Assim, o Fab Lab pode ser, se for bem dosado, aplicado e orientado, algo muito bom para estimular a criatividade, a solidariedade e utilizar a inteligência individual e coletiva para o bem estar da comunidade. Ou ser simplesmente a utilização de recursos públicos em C&T a fundo perdido, sem resultados, estimulando ações sem resultados práticos em uma sociedade em meio a um Horror Econômico, baseado em uma espécie de linear ofertismo (clique) em um país subdesenvolvido (ver implicações para o Brasil)e sem lastro para algo feito em um país endinheirado como os EUA . O ofertismo linear era forte nos EUA, o que não é possível em outros países do mundo....
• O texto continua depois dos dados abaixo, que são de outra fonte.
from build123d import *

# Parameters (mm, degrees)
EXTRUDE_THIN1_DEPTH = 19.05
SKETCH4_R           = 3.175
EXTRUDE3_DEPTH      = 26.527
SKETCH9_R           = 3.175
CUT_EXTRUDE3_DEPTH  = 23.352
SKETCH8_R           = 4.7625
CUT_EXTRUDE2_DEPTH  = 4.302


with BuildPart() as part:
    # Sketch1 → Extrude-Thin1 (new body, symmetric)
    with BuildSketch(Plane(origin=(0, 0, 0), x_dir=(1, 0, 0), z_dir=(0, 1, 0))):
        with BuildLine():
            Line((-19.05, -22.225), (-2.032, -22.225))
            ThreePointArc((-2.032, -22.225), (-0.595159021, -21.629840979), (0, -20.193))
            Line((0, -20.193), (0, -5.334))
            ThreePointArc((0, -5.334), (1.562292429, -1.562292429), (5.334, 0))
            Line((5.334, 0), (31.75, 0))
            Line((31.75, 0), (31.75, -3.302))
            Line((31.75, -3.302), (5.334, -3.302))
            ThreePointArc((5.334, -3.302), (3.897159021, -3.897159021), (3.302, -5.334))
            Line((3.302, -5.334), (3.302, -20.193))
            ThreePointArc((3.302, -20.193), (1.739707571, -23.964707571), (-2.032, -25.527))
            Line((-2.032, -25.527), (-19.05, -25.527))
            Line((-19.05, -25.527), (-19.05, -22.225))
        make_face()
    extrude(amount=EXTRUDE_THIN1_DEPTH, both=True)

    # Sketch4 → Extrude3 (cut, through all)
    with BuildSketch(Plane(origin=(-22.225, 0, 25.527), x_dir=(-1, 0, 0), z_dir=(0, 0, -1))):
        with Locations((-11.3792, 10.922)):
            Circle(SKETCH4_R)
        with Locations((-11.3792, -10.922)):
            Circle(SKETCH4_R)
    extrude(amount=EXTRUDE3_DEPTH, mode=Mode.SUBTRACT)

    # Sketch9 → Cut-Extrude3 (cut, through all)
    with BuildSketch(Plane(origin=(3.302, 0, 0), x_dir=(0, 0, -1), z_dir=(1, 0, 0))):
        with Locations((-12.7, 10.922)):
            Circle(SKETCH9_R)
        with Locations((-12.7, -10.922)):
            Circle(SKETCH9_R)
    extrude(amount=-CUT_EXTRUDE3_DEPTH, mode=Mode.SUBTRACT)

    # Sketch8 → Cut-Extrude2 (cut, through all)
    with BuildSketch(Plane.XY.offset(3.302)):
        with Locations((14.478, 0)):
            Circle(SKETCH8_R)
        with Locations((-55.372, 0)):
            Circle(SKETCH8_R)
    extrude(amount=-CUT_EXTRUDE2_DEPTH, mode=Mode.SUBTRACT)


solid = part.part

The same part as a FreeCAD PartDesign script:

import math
import FreeCAD as App
import Part
import Sketcher
from FreeCAD import Vector
Q = App.Units.Quantity

doc = App.newDocument("Part")
body = doc.addObject("PartDesign::Body", "Body")

# Sketch on XZ plane
sketch1 = doc.addObject("Sketcher::SketchObject", "Sketch")
body.addObject(sketch1)
sketch1.AttachmentSupport = (doc.XZ_Plane, [""])
sketch1.MapMode = "FlatFace"
sketch1.addGeometry([
    Part.LineSegment(Vector(-2.032, 22.225, 0), Vector(-19.05, 22.225, 0)),  # 0
    Part.LineSegment(Vector(-19.05, 22.225, 0), Vector(-19.05, 25.527, 0)),  # 1
    Part.LineSegment(Vector(-19.05, 25.527, 0), Vector(-2.032, 25.527, 0)),  # 2
    Part.ArcOfCircle(Part.Circle(Vector(-2.032, 20.193, 0), Vector(0, 0, 1), 5.334), math.radians(0), math.radians(90)),  # 3
    Part.LineSegment(Vector(3.302, 20.193, 0), Vector(3.302, 5.334, 0)),  # 4
    Part.ArcOfCircle(Part.Circle(Vector(5.334, 5.334, 0), Vector(0, 0, 1), 2.032), math.radians(-180), math.radians(-90)),  # 5
    Part.LineSegment(Vector(5.334, 3.302, 0), Vector(31.75, 3.302, 0)),  # 6
    Part.LineSegment(Vector(31.75, 3.302, 0), Vector(31.75, 0, 0)),  # 7
    Part.LineSegment(Vector(31.75, 0, 0), Vector(5.334, 0, 0)),  # 8
    Part.ArcOfCircle(Part.Circle(Vector(5.334, 5.334, 0), Vector(0, 0, 1), 5.334), math.radians(180), math.radians(270)),  # 9
    Part.LineSegment(Vector(0, 5.334, 0), Vector(0, 20.193, 0)),  # 10
    Part.ArcOfCircle(Part.Circle(Vector(-2.032, 20.193, 0), Vector(0, 0, 1), 2.032), math.radians(0), math.radians(90)),  # 11
], False)
sketch1.addConstraint([
    Sketcher.Constraint("Coincident", 0, 2, 1, 1),
    Sketcher.Constraint("Coincident", 1, 2, 2, 1),
    Sketcher.Constraint("Tangent", 2, 2, 3, 2),
    Sketcher.Constraint("Tangent", 3, 1, 4, 1),
    Sketcher.Constraint("Tangent", 4, 2, 5, 1),
    Sketcher.Constraint("Tangent", 5, 2, 6, 1),
    Sketcher.Constraint("Coincident", 6, 2, 7, 1),
    Sketcher.Constraint("Coincident", 7, 2, 8, 1),
    Sketcher.Constraint("Tangent", 8, 2, 9, 2),
    Sketcher.Constraint("Tangent", 9, 1, 10, 1),
    Sketcher.Constraint("Tangent", 10, 2, 11, 1),
    Sketcher.Constraint("Tangent", 11, 2, 0, 1),
    Sketcher.Constraint("Horizontal", 0),
    Sketcher.Constraint("Vertical", 1),
    Sketcher.Constraint("Horizontal", 2),
    Sketcher.Constraint("Vertical", 4),
    Sketcher.Constraint("Horizontal", 6),
    Sketcher.Constraint("Vertical", 7),
    Sketcher.Constraint("Horizontal", 8),
    Sketcher.Constraint("Vertical", 10),
    Sketcher.Constraint("Coincident", 9, 3, 5, 3),
    Sketcher.Constraint("Coincident", 11, 3, 3, 3),
    Sketcher.Constraint("Equal", 3, 9),
    Sketcher.Constraint("PointOnObject", 7, 2, -1),
    Sketcher.Constraint("PointOnObject", 9, 1, -2),
    Sketcher.Constraint("Radius", 3, Q("0.21 in")),
    Sketcher.Constraint("Radius", 5, Q("0.08 in")),
    Sketcher.Constraint("DistanceX", 0, 2, 0, 1, Q("0.67 in")),
    Sketcher.Constraint("DistanceX", 6, 1, 6, 2, Q("1.04 in")),
    Sketcher.Constraint("DistanceY", 4, 2, 4, 1, Q("0.585 in")),
])
pad1 = doc.addObject("PartDesign::Pad", "Pad")
body.addObject(pad1)
pad1.Profile = sketch1
pad1.Length = Q("1.5 in")
pad1.Midplane = True

# Sketch on XY plane
sketch2 = doc.addObject("Sketcher::SketchObject", "Sketch001")
body.addObject(sketch2)
sketch2.AttachmentSupport = (doc.XY_Plane, [""])
sketch2.MapMode = "FlatFace"
sketch2.AttachmentOffset = App.Placement(Vector(0, 0, 1.005 * 25.4), App.Rotation())
sketch2.addGeometry([
    Part.Circle(Vector(-10.8458, 10.922, 0), Vector(0, 0, 1), 3.175),
    Part.Circle(Vector(-10.8458, -10.922, 0), Vector(0, 0, 1), 3.175),
], False)
sketch2.addConstraint([
    Sketcher.Constraint("Equal", 0, 1),
    Sketcher.Constraint("Symmetric", 0, 3, 1, 3, -1),
    Sketcher.Constraint("Diameter", 0, Q("0.25 in")),
    Sketcher.Constraint("DistanceY", -1, 1, 0, 3, Q("0.43 in")),
    Sketcher.Constraint("DistanceX", 0, 3, -1, 1, Q("0.427 in")),
])
pocket1 = doc.addObject("PartDesign::Pocket", "Pocket")
body.addObject(pocket1)
pocket1.Profile = sketch2
pocket1.Type = "ThroughAll"

# Sketch on YZ plane
sketch3 = doc.addObject("Sketcher::SketchObject", "Sketch002")
body.addObject(sketch3)
sketch3.AttachmentSupport = (doc.YZ_Plane, [""])
sketch3.MapMode = "FlatFace"
sketch3.AttachmentOffset = App.Placement(Vector(0, 0, 0.13 * 25.4), App.Rotation())
sketch3.addGeometry([
    Part.Circle(Vector(10.922, 12.7, 0), Vector(0, 0, 1), 3.175),
    Part.Circle(Vector(-10.922, 12.7, 0), Vector(0, 0, 1), 3.175),
], False)
sketch3.addConstraint([
    Sketcher.Constraint("Equal", 0, 1),
    Sketcher.Constraint("Symmetric", 0, 3, 1, 3, -2),
    Sketcher.Constraint("Diameter", 0, Q("0.25 in")),
    Sketcher.Constraint("DistanceY", -1, 1, 0, 3, Q("0.5 in")),
    Sketcher.Constraint("DistanceX", -1, 1, 0, 3, Q("0.43 in")),
])
pocket2 = doc.addObject("PartDesign::Pocket", "Pocket001")
body.addObject(pocket2)
pocket2.Profile = sketch3
pocket2.Type = "ThroughAll"

# Sketch on XY plane
sketch4 = doc.addObject("Sketcher::SketchObject", "Sketch003")
body.addObject(sketch4)
sketch4.AttachmentSupport = (doc.XY_Plane, [""])
sketch4.MapMode = "FlatFace"
sketch4.AttachmentOffset = App.Placement(Vector(0, 0, 0.13 * 25.4), App.Rotation())
sketch4.addGeometry([
    Part.Circle(Vector(14.478, 0, 0), Vector(0, 0, 1), 4.7625),
    Part.Circle(Vector(-55.372, 0, 0), Vector(0, 0, 1), 4.7625),
], False)
sketch4.addConstraint([
    Sketcher.Constraint("Equal", 0, 1),
    Sketcher.Constraint("PointOnObject", 0, 3, -1),
    Sketcher.Constraint("PointOnObject", 1, 3, -1),
    Sketcher.Constraint("Diameter", 0, Q("0.375 in")),
    Sketcher.Constraint("DistanceX", -1, 1, 0, 3, Q("0.57 in")),
    Sketcher.Constraint("DistanceX", 1, 3, -1, 1, Q("2.18 in")),
])
pocket3 = doc.addObject("PartDesign::Pocket", "Pocket002")
body.addObject(pocket3)
pocket3.Profile = sketch4
pocket3.Type = "ThroughAll"

doc.recompute()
Será que o Fab Labs pode ser uma tecnociência solidária? Acho que sim, se orientada para a Economia Solidária, com parcerias com universidades, escolas técnicas e orientando um processo catártico coletivo de criatividade e de inteligência. A redução de custos e as parcerias, que já ocorrem em outras experiências, constroem sinergias, pluralidade e uma orientação para sua integração para a geração de trabalho, emprego e renda, sobretudo de economia e tecnociência solidária.